EXERCISE REQUIREMENTS: Using the material below, print the line that contains "v31 (-32.04294,0,-40.5)", the line that contains "e43 v14 v32", and every line in between, exactly and nothing else.

PROVIDED RECORDS:
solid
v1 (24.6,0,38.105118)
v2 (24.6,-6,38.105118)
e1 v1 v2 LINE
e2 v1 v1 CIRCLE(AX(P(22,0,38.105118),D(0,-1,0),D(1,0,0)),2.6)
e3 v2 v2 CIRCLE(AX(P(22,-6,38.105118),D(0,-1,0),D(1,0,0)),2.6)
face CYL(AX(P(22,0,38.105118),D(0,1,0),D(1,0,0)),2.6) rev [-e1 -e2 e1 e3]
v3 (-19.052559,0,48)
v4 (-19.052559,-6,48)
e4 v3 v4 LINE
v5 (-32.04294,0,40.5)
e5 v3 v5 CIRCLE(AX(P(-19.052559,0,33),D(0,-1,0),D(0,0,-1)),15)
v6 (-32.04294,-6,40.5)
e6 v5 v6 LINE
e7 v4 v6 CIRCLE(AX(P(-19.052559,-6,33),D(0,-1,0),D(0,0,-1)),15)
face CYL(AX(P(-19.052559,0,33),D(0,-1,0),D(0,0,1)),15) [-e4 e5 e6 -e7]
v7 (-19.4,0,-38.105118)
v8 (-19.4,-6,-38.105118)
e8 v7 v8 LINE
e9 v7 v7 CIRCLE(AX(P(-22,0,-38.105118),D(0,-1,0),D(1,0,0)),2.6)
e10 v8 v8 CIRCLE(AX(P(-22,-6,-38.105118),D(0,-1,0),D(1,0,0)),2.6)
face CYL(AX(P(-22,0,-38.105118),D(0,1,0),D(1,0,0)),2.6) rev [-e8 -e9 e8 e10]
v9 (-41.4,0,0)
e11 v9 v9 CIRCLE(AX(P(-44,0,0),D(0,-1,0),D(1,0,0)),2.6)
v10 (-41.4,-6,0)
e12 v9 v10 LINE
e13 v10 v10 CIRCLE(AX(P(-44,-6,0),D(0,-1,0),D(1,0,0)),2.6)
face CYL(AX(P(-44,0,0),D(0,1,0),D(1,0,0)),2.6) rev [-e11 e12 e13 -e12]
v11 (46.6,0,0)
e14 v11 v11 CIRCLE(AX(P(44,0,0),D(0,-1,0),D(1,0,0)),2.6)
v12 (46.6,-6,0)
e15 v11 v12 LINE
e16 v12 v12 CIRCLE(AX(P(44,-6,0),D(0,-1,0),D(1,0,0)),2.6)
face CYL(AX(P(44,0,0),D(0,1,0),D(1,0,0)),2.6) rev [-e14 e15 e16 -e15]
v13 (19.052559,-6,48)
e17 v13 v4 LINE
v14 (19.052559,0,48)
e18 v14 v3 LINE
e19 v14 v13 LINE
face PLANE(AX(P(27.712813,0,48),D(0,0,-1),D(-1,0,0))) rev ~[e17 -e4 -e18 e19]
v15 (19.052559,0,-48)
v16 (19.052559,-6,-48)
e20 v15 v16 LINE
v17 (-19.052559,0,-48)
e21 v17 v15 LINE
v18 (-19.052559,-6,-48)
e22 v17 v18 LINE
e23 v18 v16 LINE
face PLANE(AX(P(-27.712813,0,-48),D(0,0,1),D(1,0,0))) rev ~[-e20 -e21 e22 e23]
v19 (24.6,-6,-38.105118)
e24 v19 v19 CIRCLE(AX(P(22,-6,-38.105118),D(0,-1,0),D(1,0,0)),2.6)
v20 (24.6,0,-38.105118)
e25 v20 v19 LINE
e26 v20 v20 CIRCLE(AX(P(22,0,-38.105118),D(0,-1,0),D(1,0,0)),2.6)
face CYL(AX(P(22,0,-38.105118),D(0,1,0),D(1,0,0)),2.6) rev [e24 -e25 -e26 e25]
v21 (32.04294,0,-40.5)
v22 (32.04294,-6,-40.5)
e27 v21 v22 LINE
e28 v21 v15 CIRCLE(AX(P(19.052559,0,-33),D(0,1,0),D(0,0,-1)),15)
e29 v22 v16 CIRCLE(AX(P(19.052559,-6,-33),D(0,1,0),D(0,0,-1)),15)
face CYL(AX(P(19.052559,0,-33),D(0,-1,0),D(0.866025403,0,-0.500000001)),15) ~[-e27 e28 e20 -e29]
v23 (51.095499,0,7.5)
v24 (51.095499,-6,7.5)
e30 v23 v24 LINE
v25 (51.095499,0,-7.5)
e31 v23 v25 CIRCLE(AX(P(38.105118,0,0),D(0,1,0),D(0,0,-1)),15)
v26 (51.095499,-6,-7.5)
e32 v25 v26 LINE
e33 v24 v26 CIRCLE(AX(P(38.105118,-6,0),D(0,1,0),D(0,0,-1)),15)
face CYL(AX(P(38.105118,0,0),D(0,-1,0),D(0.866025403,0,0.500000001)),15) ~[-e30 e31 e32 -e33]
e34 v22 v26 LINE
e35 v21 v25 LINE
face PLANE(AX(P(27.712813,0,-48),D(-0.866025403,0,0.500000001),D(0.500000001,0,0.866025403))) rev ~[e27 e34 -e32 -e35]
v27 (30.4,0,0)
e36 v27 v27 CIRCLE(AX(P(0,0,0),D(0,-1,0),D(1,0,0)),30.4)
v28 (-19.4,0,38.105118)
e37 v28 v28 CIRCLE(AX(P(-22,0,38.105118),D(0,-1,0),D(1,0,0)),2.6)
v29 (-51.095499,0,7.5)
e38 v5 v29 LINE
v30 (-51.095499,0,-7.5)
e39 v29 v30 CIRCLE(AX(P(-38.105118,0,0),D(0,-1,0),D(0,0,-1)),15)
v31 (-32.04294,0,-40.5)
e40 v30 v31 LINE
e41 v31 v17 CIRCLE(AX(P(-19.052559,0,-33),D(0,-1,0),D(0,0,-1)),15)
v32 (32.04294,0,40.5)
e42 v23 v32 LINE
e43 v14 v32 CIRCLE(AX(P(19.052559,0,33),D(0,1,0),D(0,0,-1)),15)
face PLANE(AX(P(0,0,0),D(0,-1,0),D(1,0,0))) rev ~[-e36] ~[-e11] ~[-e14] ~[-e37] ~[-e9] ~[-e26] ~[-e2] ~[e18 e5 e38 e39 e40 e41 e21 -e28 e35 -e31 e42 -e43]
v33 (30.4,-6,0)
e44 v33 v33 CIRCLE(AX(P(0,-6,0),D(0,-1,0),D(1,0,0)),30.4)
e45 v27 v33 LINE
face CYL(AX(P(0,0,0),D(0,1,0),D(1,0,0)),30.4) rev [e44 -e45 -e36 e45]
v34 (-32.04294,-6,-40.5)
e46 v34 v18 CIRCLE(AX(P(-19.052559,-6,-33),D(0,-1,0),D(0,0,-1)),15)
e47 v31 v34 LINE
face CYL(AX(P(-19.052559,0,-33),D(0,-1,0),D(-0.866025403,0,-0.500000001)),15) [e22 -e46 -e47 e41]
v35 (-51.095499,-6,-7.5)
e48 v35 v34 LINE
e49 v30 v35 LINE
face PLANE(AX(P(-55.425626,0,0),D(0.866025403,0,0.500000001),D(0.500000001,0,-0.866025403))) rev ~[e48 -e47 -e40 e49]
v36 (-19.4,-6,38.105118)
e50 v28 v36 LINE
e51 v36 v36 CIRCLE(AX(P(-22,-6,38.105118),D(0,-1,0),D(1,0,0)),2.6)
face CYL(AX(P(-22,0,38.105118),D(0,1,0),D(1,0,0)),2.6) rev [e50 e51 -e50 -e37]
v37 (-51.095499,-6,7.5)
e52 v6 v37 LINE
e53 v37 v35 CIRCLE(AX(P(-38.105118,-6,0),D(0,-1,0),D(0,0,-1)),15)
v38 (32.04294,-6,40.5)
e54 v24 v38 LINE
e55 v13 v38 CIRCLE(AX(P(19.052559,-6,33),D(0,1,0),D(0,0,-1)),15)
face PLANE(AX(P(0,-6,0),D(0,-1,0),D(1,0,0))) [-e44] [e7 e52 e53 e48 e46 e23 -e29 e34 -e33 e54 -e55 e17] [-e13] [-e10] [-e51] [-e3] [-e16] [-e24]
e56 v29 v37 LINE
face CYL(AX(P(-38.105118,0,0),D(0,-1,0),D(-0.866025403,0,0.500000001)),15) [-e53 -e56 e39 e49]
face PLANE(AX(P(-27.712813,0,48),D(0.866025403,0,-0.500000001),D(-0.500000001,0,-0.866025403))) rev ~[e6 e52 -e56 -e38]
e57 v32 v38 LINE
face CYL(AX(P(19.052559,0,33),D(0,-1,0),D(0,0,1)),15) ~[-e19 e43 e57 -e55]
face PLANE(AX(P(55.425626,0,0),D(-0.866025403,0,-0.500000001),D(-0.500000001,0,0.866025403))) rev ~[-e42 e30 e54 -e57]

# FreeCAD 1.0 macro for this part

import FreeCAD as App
import Part
import Sketcher
from FreeCAD import Vector
Q = App.Units.Quantity


def edges_at(feature, points):
    """Names of the edges that pass closest to the given points."""
    edges = feature.Shape.Edges
    near = lambda p: min(range(len(edges)), key=lambda i: edges[i].distToShape(Part.Vertex(*p))[0])
    return sorted({f"Edge{near(p) + 1}" for p in points})

doc = App.newDocument("Part")
params = doc.addObject("Spreadsheet::Sheet", "Params")
for row, (alias, value) in enumerate([
    ("sketch1_diameter", "5.2 mm"),
    ("sketch1_diameter2", "60.8 mm"),
    ("pad1_length", "6 mm"),
    ("fillet_radius", "15 mm"),
], start=1):
    params.set(f"A{row}", alias)
    params.set(f"B{row}", "=" + value)
    params.setAlias(f"B{row}", alias)

body = doc.addObject("PartDesign::Body", "Body")

# Sketch on XZ plane
sketch1 = body.newObject("Sketcher::SketchObject", "Sketch")
sketch1.AttachmentSupport = (doc.getObject("XZ_Plane"), [""])
sketch1.MapMode = "FlatFace"
sketch1.addGeometry([
    Part.LineSegment(Vector(27.7, 48, 0), Vector(-27.7, 48, 0)),  # 0
    Part.LineSegment(Vector(-27.7, 48, 0), Vector(-55.4, 0, 0)),  # 1
    Part.LineSegment(Vector(-55.4, 0, 0), Vector(-27.7, -48, 0)),  # 2
    Part.LineSegment(Vector(-27.7, -48, 0), Vector(27.7, -48, 0)),  # 3
    Part.LineSegment(Vector(27.7, -48, 0), Vector(55.4, 0, 0)),  # 4
    Part.LineSegment(Vector(55.4, 0, 0), Vector(27.7, 48, 0)),  # 5
    Part.Circle(Vector(-22, -38.1, 0), Vector(0, 0, 1), 2.6),  # 6
    Part.Circle(Vector(22, -38.1, 0), Vector(0, 0, 1), 2.6),  # 7
    Part.Circle(Vector(-44, 0, 0), Vector(0, 0, 1), 2.6),  # 8
    Part.Circle(Vector(-22, 38.1, 0), Vector(0, 0, 1), 2.6),  # 9
    Part.Circle(Vector(0, 0, 0), Vector(0, 0, 1), 30.4),  # 10
    Part.Circle(Vector(44, 0, 0), Vector(0, 0, 1), 2.6),  # 11
    Part.Circle(Vector(22, 38.1, 0), Vector(0, 0, 1), 2.6),  # 12
], False)
sketch1.addConstraint([
    Sketcher.Constraint("Coincident", 0, 2, 1, 1),
    Sketcher.Constraint("Coincident", 1, 2, 2, 1),
    Sketcher.Constraint("Coincident", 2, 2, 3, 1),
    Sketcher.Constraint("Coincident", 3, 2, 4, 1),
    Sketcher.Constraint("Coincident", 4, 2, 5, 1),
    Sketcher.Constraint("Coincident", 5, 2, 0, 1),
    Sketcher.Constraint("Horizontal", 0),
    Sketcher.Constraint("Horizontal", 3),
    Sketcher.Constraint("Coincident", 10, 3, -1, 1),
    Sketcher.Constraint("Equal", 6, 7),
    Sketcher.Constraint("Equal", 7, 8),
    Sketcher.Constraint("Equal", 8, 9),
    Sketcher.Constraint("Equal", 9, 11),
    Sketcher.Constraint("Equal", 11, 12),
    Sketcher.Constraint("Symmetric", 7, 3, 9, 3, -1, 1),
    Sketcher.Constraint("Symmetric", 8, 3, 11, 3, -1, 1),
    Sketcher.Constraint("Symmetric", 6, 3, 12, 3, -1, 1),
    Sketcher.Constraint("Symmetric", 0, 2, 3, 2, -1, 1),
    Sketcher.Constraint("Symmetric", 1, 2, 4, 2, -1, 1),
    Sketcher.Constraint("Symmetric", 6, 3, 7, 3, -2),
    Sketcher.Constraint("PointOnObject", 8, 3, -1),
    Sketcher.Constraint("PointOnObject", 1, 2, -1),
    Sketcher.Constraint("Parallel", 2, 5),
    Sketcher.Constraint("Vertical", 0, 2, 2, 2),
    Sketcher.Constraint("Diameter", 6, 5.2),
    Sketcher.Constraint("Diameter", 10, 60.8),
    Sketcher.Constraint("Angle", 1, Q("-120 deg")),
    Sketcher.Constraint("DistanceX", 6, 3, -1, 1, 22.0),
    Sketcher.Constraint("DistanceX", 8, 3, -1, 1, 44.0),
    Sketcher.Constraint("DistanceY", -1, 1, 0, 2, 48.0),
    Sketcher.Constraint("DistanceX", 0, 2, 0, 1, 55.425626),
    Sketcher.Constraint("DistanceY", 6, 3, -1, 1, 38.105118),
])
sketch1.setExpression("Constraints[24]", "Params.sketch1_diameter")
sketch1.setExpression("Constraints[25]", "Params.sketch1_diameter2")
pad1 = body.newObject("PartDesign::Pad", "Pad")
pad1.Profile = sketch1
pad1.setExpression("Length", "Params.pad1_length")
doc.recompute()

fillet = body.newObject("PartDesign::Fillet", "Fillet")
fillet.Base = (pad1, edges_at(pad1, [
    (-27.713, -3, 48),
    (-55.426, -3, 0),
    (-27.713, -3, -48),
    (27.713, -3, -48),
    (55.426, -3, 0),
    (27.713, -3, 48),
]))
fillet.setExpression("Radius", "Params.fillet_radius")

doc.recompute()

SOLUTION TO THIS EXERCISE:
v31 (-32.04294,0,-40.5)
e40 v30 v31 LINE
e41 v31 v17 CIRCLE(AX(P(-19.052559,0,-33),D(0,-1,0),D(0,0,-1)),15)
v32 (32.04294,0,40.5)
e42 v23 v32 LINE
e43 v14 v32 CIRCLE(AX(P(19.052559,0,33),D(0,1,0),D(0,0,-1)),15)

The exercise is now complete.